Why Is This Important for MS Patients?
Treatment options for progressive forms of MS are severely limited. While more than 20 disease-modifying therapies are approved for relapsing forms of MS, only mitoxantrone is approved for nonactive SPMS, and it is rarely used due to side effects and serious complications. These new therapies could fill a critical gap for patients whose disease continues to worsen despite existing treatments.
The focus on myelin repair and microglial activity represents a shift in how researchers think about MS treatment. Rather than simply quieting the immune system, these approaches aim to address the underlying mechanisms of nerve damage and brain inflammation that drive disability progression.
How to Stay Informed About MS Clinical Trials
- Check ClinicalTrials.gov: Search for MS trials in your area or those recruiting remotely. The INFORM-MS trial identifier is NCT06292923, and you can find detailed eligibility criteria and contact information for participating sites.
- Talk to Your Neurologist: Your MS specialist can discuss whether you might be a candidate for emerging therapies and help you understand the potential benefits and risks of participating in clinical research.

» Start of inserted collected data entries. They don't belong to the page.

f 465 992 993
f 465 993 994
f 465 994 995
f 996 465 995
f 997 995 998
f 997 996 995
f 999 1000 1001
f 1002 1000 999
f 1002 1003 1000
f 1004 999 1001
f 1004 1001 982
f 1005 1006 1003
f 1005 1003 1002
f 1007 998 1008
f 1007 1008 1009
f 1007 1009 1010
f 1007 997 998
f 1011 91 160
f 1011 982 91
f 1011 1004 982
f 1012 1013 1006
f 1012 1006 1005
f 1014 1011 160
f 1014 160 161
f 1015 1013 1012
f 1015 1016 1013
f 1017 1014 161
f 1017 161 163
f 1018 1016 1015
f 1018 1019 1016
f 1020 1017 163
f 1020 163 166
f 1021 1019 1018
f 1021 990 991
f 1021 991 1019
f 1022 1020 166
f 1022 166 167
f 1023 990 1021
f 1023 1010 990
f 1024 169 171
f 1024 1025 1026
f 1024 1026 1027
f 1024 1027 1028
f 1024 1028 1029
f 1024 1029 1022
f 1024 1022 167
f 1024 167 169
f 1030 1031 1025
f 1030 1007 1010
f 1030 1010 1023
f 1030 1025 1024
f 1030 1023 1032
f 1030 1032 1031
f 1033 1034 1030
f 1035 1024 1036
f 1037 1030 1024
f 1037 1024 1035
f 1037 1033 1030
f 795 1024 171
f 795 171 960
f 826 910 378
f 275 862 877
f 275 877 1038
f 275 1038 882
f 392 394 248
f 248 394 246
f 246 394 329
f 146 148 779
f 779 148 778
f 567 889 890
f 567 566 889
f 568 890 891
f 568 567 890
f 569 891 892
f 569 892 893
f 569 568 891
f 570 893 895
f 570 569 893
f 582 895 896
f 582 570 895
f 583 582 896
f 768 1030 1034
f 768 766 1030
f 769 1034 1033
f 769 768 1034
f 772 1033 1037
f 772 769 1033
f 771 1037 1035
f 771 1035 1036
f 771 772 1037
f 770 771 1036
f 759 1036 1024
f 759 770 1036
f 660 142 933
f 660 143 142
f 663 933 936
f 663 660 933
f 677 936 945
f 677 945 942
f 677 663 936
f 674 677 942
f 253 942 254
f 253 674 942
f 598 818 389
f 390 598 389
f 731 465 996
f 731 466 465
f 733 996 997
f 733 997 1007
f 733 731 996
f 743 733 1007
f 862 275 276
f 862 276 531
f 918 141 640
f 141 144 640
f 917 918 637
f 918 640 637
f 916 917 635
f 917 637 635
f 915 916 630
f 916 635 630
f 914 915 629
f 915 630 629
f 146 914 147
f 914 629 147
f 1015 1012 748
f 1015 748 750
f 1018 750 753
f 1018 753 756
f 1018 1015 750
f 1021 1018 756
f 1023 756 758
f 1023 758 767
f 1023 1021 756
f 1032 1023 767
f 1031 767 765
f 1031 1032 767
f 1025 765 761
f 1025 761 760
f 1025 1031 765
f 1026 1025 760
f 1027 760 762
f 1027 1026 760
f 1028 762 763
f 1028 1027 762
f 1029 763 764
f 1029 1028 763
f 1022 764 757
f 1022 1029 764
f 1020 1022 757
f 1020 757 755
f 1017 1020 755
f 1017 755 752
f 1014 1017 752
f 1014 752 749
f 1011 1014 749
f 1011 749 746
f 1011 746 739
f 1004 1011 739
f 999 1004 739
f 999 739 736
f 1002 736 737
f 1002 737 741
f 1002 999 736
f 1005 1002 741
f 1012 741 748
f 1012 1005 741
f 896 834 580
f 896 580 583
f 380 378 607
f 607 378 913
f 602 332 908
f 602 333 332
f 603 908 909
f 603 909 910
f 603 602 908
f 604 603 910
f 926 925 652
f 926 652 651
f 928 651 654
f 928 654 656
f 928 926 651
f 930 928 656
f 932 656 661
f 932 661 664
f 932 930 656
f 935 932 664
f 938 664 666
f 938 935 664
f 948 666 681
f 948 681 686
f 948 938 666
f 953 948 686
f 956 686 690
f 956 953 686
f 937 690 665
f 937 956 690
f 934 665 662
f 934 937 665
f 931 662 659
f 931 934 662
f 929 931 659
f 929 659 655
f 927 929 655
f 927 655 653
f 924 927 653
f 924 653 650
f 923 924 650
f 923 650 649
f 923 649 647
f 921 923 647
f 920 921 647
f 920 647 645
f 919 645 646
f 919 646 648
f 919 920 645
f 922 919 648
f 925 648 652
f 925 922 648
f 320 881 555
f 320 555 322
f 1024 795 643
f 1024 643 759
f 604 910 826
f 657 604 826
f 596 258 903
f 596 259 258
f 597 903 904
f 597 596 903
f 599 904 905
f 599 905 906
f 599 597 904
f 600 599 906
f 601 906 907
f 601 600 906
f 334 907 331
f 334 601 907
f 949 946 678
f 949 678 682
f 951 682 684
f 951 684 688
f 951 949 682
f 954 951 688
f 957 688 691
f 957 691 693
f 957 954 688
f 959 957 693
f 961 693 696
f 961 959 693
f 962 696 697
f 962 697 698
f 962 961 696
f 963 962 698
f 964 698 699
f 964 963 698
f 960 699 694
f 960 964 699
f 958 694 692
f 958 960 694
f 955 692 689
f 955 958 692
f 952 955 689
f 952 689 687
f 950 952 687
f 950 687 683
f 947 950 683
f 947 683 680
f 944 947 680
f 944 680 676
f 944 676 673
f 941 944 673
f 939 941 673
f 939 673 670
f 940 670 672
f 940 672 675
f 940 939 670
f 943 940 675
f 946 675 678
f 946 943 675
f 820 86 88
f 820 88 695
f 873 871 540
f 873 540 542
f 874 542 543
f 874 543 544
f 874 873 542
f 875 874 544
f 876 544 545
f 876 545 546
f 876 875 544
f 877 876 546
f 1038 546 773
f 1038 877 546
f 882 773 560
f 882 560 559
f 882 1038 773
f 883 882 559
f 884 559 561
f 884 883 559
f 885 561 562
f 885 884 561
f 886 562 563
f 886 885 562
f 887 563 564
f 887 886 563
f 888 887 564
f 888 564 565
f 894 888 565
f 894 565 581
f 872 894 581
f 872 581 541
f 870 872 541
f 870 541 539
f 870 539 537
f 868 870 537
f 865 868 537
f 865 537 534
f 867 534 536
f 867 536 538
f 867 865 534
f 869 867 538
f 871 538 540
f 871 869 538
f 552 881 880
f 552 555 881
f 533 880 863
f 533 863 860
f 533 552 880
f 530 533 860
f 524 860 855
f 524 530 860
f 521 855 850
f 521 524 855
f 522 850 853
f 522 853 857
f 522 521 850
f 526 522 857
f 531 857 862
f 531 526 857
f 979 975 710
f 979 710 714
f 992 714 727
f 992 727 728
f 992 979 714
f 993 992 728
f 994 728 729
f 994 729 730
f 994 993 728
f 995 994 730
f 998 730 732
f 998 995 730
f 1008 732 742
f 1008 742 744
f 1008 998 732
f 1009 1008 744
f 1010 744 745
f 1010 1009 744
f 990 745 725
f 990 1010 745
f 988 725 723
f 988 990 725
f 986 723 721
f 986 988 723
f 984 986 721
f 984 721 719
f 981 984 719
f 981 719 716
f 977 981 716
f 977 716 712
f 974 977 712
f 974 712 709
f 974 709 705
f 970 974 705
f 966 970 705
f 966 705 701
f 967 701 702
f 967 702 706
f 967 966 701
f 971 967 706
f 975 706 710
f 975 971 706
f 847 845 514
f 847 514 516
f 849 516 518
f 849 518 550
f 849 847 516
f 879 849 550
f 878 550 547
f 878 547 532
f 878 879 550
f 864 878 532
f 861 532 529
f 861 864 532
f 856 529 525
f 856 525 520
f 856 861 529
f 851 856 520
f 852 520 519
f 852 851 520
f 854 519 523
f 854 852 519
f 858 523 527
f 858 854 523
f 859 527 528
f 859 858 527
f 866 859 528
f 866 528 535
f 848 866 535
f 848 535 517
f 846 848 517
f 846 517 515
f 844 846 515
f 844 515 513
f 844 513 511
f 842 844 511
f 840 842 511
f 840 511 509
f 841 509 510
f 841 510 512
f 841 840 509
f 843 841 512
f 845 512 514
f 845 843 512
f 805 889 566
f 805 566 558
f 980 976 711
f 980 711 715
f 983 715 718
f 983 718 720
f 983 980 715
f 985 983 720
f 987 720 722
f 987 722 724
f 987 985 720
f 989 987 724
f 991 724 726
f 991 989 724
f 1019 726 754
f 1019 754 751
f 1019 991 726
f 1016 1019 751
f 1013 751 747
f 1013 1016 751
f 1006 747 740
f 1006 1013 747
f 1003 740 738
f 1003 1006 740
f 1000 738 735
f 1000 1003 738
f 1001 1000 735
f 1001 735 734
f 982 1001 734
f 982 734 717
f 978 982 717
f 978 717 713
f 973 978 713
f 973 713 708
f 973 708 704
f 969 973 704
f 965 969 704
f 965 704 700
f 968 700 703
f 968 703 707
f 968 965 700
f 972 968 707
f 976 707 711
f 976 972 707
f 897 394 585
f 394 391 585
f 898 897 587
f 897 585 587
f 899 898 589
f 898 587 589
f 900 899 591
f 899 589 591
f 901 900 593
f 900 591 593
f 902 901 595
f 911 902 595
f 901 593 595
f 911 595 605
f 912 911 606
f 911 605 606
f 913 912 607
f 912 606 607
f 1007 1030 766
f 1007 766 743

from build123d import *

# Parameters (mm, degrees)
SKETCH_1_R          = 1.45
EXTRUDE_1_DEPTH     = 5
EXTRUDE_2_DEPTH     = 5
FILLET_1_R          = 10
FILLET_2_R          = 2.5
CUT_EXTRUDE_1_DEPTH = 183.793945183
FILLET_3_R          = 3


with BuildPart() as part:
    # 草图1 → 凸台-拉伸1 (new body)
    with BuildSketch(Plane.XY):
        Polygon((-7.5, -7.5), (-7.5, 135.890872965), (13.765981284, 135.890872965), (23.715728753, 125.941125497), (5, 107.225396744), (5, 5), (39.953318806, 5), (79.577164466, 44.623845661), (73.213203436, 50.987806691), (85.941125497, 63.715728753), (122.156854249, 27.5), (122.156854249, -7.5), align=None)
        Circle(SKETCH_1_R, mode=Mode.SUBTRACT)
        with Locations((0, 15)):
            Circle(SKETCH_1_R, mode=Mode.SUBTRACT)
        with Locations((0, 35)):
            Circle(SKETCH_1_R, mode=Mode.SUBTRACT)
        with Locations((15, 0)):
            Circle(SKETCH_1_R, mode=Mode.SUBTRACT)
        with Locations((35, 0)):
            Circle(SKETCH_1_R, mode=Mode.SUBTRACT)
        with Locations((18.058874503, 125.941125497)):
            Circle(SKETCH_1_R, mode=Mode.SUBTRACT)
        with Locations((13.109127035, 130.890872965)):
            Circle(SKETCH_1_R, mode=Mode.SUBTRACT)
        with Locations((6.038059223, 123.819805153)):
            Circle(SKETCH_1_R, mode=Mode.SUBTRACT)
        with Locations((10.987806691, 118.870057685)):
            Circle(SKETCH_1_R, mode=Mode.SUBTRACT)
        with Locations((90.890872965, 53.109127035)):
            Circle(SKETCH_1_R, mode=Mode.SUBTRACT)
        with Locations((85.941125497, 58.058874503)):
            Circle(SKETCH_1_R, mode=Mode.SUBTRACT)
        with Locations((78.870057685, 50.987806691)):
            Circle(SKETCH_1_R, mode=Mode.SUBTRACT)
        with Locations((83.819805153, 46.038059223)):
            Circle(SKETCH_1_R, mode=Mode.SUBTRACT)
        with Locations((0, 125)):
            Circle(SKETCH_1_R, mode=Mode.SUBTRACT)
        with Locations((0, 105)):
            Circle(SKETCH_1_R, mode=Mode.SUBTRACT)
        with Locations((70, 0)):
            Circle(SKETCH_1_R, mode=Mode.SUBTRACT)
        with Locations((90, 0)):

- Join MS Communities: Patient advocacy organizations and online MS communities often share updates about new trials and can connect you with others who have participated in research studies.
When Will These Therapies Be Available?
LUCID-MS is in early-stage development, with Phase 2 trials now underway. It will likely take several years before the therapy could potentially reach patients, assuming the trials continue to show safety and efficacy.
Foralumab's timeline is somewhat closer. Top-line results from the INFORM-MS trial are expected later this year and will be presented at the joint ACTRIMS-ECTRIMS meeting in October in Toronto, Canada. ACTRIMS and ECTRIMS are major MS research organizations in the Americas and Europe. Participants who complete the randomized phase of the trial may have the option to receive foralumab for an additional six months to study its longer-term effects.
"We are thrilled to reach this important milestone in our Phase 2 program. The successful initiation of dosing in all patients underscores the strong execution by our clinical teams and the enthusiasm from investigators and patients for this novel intranasal approach," said Ivor Elrifi, CEO of Tiziana Life Sciences.
Ivor Elrifi, CEO, Tiziana Life Sciences
"Intranasal foralumab represents a promising and innovative therapeutic strategy for patients with non-active secondary progressive MS. We are encouraged by the smooth initiation of dosing across sites and look forward to evaluating its impact on microglial activation, and then further clinical outcomes during the open label extension in this underserved patient population," explained Tanuja Chitnis, MD, a neurologist at Mass General Brigham Neuroscience Institute and principal investigator in the trial.
Tanuja Chitnis, MD, Neurologist at Mass General Brigham Neuroscience Institute
These two therapies represent a meaningful shift in MS research, moving beyond immune suppression toward repair and neuroprotection. For patients with progressive MS who have few options, the results of these trials could reshape treatment possibilities in the coming years.